1. Quando fà il bambino capriccioso, non dargliele tutte vinte: *fatti sentire*

*When he behaves like a spoilt child, don't give in: make your authority felt*

3. Abbracciami *per farti sentire* forte nel mio cuore! 
*Hold me so that you'll make yourself feel strong in my heart (sounds awkward in English) *

4. L'età/la vecchiaia si fa sentire 
The only way I can think of expressing this one is by turning the passive into active:
*He is feeling his age*
or perhaps *age is leaving its effect.*

Native speakers, fatevi sentire!!


----------



## You little ripper!

Manuel_M said:
			
		

> 1. Quando fà il bambino capriccioso, non dargliele tutte vinte: *fatti sentire*
> 
> *When he behaves like a spoilt child, don't give in: make your authority felt*
> 
> 3. Abbracciami *per farti sentire* forte nel mio cuore!
> *Hold me so that you'll make yourself feel strong in my heart (sounds awkward in English)*
> 
> 4. L'età/la vecchiaia si fa sentire
> The only way I can think of expressing this one is by turning the passive into active:
> *He is feeling his age*
> or perhaps *age is leaving its effect.*
> 
> Native speakers, fatevi sentire!!


 Number 3 even sounds strange in Italian to me. _How about, Hold me so that I can feel your love (in my heart).  _

(10 minutes later)
Sorry about the delay in checking out Number 4, but I've only just finished throwing up.  
Aside from Manuel's very nice translation you could also say,_ Age is leaving its mark._


----------



## combustion

Manuel_M said:
			
		

> 3. Abbracciami *per farti sentire* forte nel mio cuore!
> *Hold me so that you'll make yourself feel strong in my heart (sounds awkward in English) *


 
I think it sounds awkward in italian too... but it is only an example for "farsi sentire"... so, if I can give a suggestion, don't use this sentence!
bye, comb...


----------



## Tommaso Gastaldi

Ok I try to summarize. Please correct if something wrong
or add if you have more ideas

FARSI SENTIRE: some ways to translate it
========================================

1. Fatti sentire ogni tanto - Stay in touch

2. Fatti sentire quando arrivi - Get in touch when you arrive

3. Fatti sentire quando fà così - Make your authority felt, when he behaves like that.

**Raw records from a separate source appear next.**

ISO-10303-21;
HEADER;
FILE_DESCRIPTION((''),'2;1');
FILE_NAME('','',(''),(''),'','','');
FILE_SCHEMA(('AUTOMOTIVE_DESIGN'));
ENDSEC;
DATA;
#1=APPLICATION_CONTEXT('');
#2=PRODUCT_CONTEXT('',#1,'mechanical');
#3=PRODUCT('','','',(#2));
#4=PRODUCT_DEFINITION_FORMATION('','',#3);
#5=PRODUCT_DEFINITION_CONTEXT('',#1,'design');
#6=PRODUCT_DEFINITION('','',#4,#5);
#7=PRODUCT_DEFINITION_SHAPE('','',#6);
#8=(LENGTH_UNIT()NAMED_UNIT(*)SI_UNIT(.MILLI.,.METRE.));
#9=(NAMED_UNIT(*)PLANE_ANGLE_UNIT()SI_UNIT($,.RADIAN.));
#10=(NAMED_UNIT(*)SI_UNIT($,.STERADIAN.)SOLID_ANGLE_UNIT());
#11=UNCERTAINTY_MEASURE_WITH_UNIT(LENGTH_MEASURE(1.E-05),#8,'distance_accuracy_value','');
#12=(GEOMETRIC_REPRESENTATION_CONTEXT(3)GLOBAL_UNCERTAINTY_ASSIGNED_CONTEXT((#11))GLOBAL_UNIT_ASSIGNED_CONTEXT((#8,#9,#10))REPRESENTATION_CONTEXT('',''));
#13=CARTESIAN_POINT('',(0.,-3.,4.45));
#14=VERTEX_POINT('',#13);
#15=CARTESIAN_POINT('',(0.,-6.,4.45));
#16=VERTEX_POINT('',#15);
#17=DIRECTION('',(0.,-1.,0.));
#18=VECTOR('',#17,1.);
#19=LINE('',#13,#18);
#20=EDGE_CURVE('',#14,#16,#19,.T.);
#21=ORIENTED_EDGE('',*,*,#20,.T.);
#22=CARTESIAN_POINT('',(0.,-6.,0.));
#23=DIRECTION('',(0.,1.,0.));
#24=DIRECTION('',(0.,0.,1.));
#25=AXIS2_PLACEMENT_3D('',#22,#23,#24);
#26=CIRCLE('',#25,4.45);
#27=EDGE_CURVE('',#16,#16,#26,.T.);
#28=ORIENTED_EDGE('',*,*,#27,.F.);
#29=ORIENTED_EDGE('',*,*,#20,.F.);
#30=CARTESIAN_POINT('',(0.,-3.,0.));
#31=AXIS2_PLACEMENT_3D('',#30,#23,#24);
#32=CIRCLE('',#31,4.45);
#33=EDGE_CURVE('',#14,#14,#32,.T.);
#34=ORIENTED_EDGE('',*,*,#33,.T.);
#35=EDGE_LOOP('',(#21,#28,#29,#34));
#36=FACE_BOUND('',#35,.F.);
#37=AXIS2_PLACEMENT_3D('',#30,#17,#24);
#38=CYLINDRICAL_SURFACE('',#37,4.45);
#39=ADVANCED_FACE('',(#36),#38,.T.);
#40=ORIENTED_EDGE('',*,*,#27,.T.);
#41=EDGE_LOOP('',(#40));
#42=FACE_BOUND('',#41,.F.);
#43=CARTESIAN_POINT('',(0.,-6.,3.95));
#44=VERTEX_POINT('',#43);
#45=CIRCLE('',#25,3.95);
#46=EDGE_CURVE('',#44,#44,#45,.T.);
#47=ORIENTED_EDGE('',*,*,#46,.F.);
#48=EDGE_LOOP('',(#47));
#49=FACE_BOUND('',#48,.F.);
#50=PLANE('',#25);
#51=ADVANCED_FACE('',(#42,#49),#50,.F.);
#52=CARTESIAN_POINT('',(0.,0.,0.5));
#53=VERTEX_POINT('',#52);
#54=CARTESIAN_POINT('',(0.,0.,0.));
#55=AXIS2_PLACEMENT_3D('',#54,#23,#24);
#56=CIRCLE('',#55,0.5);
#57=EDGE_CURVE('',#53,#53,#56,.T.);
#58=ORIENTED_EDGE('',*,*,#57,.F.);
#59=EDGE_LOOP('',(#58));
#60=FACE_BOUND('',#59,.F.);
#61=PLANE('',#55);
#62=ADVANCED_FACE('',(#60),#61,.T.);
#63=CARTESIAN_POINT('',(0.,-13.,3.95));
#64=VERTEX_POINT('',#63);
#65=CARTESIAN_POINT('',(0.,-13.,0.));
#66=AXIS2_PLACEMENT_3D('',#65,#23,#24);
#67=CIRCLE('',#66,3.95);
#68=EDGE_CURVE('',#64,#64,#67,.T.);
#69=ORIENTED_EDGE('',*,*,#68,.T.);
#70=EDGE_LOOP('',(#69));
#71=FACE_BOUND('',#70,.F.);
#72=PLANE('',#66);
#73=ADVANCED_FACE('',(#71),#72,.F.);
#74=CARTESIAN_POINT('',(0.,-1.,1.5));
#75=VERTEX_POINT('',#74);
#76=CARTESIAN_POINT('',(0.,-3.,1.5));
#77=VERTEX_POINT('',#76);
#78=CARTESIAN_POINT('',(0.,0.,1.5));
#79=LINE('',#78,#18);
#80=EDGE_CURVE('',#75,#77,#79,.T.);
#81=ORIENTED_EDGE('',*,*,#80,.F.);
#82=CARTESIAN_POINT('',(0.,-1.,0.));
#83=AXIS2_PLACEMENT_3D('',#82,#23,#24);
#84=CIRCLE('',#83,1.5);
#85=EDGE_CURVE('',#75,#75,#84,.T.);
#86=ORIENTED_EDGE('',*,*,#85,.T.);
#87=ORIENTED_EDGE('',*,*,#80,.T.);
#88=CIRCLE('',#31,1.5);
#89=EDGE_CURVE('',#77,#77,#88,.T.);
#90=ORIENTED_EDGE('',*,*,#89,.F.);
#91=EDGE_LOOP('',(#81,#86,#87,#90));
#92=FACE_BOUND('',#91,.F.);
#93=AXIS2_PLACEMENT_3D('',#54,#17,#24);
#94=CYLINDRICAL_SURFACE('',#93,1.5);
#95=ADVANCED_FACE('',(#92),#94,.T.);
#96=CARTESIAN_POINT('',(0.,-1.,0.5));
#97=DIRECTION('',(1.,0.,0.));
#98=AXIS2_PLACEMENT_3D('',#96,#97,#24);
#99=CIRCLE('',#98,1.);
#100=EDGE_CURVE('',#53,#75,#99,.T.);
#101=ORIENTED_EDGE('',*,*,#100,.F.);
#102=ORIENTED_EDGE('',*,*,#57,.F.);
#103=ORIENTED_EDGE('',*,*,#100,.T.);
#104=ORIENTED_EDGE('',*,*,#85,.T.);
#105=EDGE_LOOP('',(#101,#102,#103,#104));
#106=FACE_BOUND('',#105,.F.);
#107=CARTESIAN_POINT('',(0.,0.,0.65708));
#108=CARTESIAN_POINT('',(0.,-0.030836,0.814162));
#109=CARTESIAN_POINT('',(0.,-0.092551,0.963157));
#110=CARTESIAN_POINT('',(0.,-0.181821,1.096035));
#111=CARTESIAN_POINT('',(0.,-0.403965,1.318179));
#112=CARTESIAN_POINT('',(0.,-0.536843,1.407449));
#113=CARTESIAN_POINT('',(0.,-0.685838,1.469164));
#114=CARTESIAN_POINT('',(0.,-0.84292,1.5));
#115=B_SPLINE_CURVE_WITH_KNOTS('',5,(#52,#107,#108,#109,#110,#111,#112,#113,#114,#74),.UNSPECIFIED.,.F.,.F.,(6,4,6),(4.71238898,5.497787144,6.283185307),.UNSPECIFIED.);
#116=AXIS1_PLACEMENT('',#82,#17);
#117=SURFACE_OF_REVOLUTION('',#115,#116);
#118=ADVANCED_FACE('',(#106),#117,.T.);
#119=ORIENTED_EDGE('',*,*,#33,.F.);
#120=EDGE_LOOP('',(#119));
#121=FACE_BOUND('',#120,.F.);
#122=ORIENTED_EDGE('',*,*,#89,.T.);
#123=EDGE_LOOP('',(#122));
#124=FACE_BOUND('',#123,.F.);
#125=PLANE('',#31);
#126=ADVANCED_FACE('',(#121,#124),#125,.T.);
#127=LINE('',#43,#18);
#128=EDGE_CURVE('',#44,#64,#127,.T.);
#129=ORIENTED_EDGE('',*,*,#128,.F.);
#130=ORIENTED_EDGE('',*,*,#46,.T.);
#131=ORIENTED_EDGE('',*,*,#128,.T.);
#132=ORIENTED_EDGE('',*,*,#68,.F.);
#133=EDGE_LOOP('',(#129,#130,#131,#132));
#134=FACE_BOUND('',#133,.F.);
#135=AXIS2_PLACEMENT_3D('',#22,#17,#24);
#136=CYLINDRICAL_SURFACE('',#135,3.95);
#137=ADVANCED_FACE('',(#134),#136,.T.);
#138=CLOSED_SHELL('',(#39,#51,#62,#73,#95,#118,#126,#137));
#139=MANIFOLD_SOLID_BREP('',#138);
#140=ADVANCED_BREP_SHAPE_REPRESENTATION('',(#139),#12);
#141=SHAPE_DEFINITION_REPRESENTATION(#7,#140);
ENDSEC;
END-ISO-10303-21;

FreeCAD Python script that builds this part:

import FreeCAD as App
import Part
import Sketcher

V = App.Vector


def edges_at(feature, points):
    """Names of the edges that pass closest to the given points."""
    edges = feature.Shape.Edges
    near = lambda p: min(range(len(edges)), key=lambda i: edges[i].distToShape(Part.Vertex(*p))[0])
    return sorted({f"Edge{near(p) + 1}" for p in points})


def add_polygon(sketch, points):
    """Adds a closed chain of lines whose ends are joined by coincident constraints."""
    first, n = sketch.GeometryCount, len(points)
    for a, b in zip(points, points[1:] + points[:1]):
        sketch.addGeometry(Part.LineSegment(App.Vector(*a, 0), App.Vector(*b, 0)), False)
    for i in range(n):
        sketch.addConstraint(Sketcher.Constraint("Coincident", first + i, 2, first + (i + 1) % n, 1))

doc = App.newDocument("Part")
body = doc.addObject("PartDesign::Body", "Body")

# Sketch on YZ plane
sketch1 = body.newObject("Sketcher::SketchObject", "Sketch")
sketch1.AttachmentSupport = (doc.getObject("YZ_Plane"), [""])
sketch1.MapMode = "FlatFace"
add_polygon(sketch1, [(-13, 0), (0, 0), (0, 1.5), (-3, 1.5), (-3, 4.5), (-6, 4.5), (-6, 4), (-13, 4)])  # lines 0-7
sketch1.addConstraint([
    Sketcher.Constraint("Horizontal", 0),
    Sketcher.Constraint("Vertical", 1),
    Sketcher.Constraint("Horizontal", 2),
    Sketcher.Constraint("Vertical", 3),
    Sketcher.Constraint("Horizontal", 4),
    Sketcher.Constraint("Vertical", 5),
    Sketcher.Constraint("Horizontal", 6),
    Sketcher.Constraint("Vertical", 7),
    Sketcher.Constraint("Coincident", 0, 2, -1, 1),
    Sketcher.Constraint("Equal", 2, 4),
    Sketcher.Constraint("DistanceX", 0, 1, 0, 2, 13.0),
    Sketcher.Constraint("DistanceX", 2, 2, 2, 1, 3.0),
    Sketcher.Constraint("DistanceY", 1, 1, 1, 2, 1.5),
    Sketcher.Constraint("DistanceY", 5, 2, 5, 1, 0.5),
    Sketcher.Constraint("DistanceY", 3, 1, 3, 2, 2.95),
])
revolution = body.newObject("PartDesign::Revolution", "Revolution")
revolution.Profile = sketch1
revolution.ReferenceAxis = (sketch1, ["H_Axis"])
revolution.Angle = 360
doc.recompute()

fillet = body.newObject("PartDesign::Fillet", "Fillet")
fillet.Base = (revolution, edges_at(revolution, [(0, 0, -1.5)]))
fillet.Radius = 1

doc.recompute()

4. L'età si fa' sentire - Age is leaving its effect


related:
5. Fammi sentire il tuo amore - Make me feel your love 


PS.
In sentence 3bis forte was adverb, Charles' interpretation was right


----------



## Oletta

And what about:

_Siamo usciti senza *farsi sentire.  *_(??)

Can I translate it more or less as: 

They went away burning their boats. (??)

Thanks,
Oletta


----------



## Achab

Oletta said:


> And what about:
> 
> _Siamo usciti senza *farsi sentire.  *_(??)
> 
> Can I translate it more or less as:
> 
> They went away burning their boats. (??)
> 
> Thanks,
> Oletta



_"Siamo usciti senza farsi sentire" _is uncorrect. The right phrase is "_Siamo usciti senza farCI sentire"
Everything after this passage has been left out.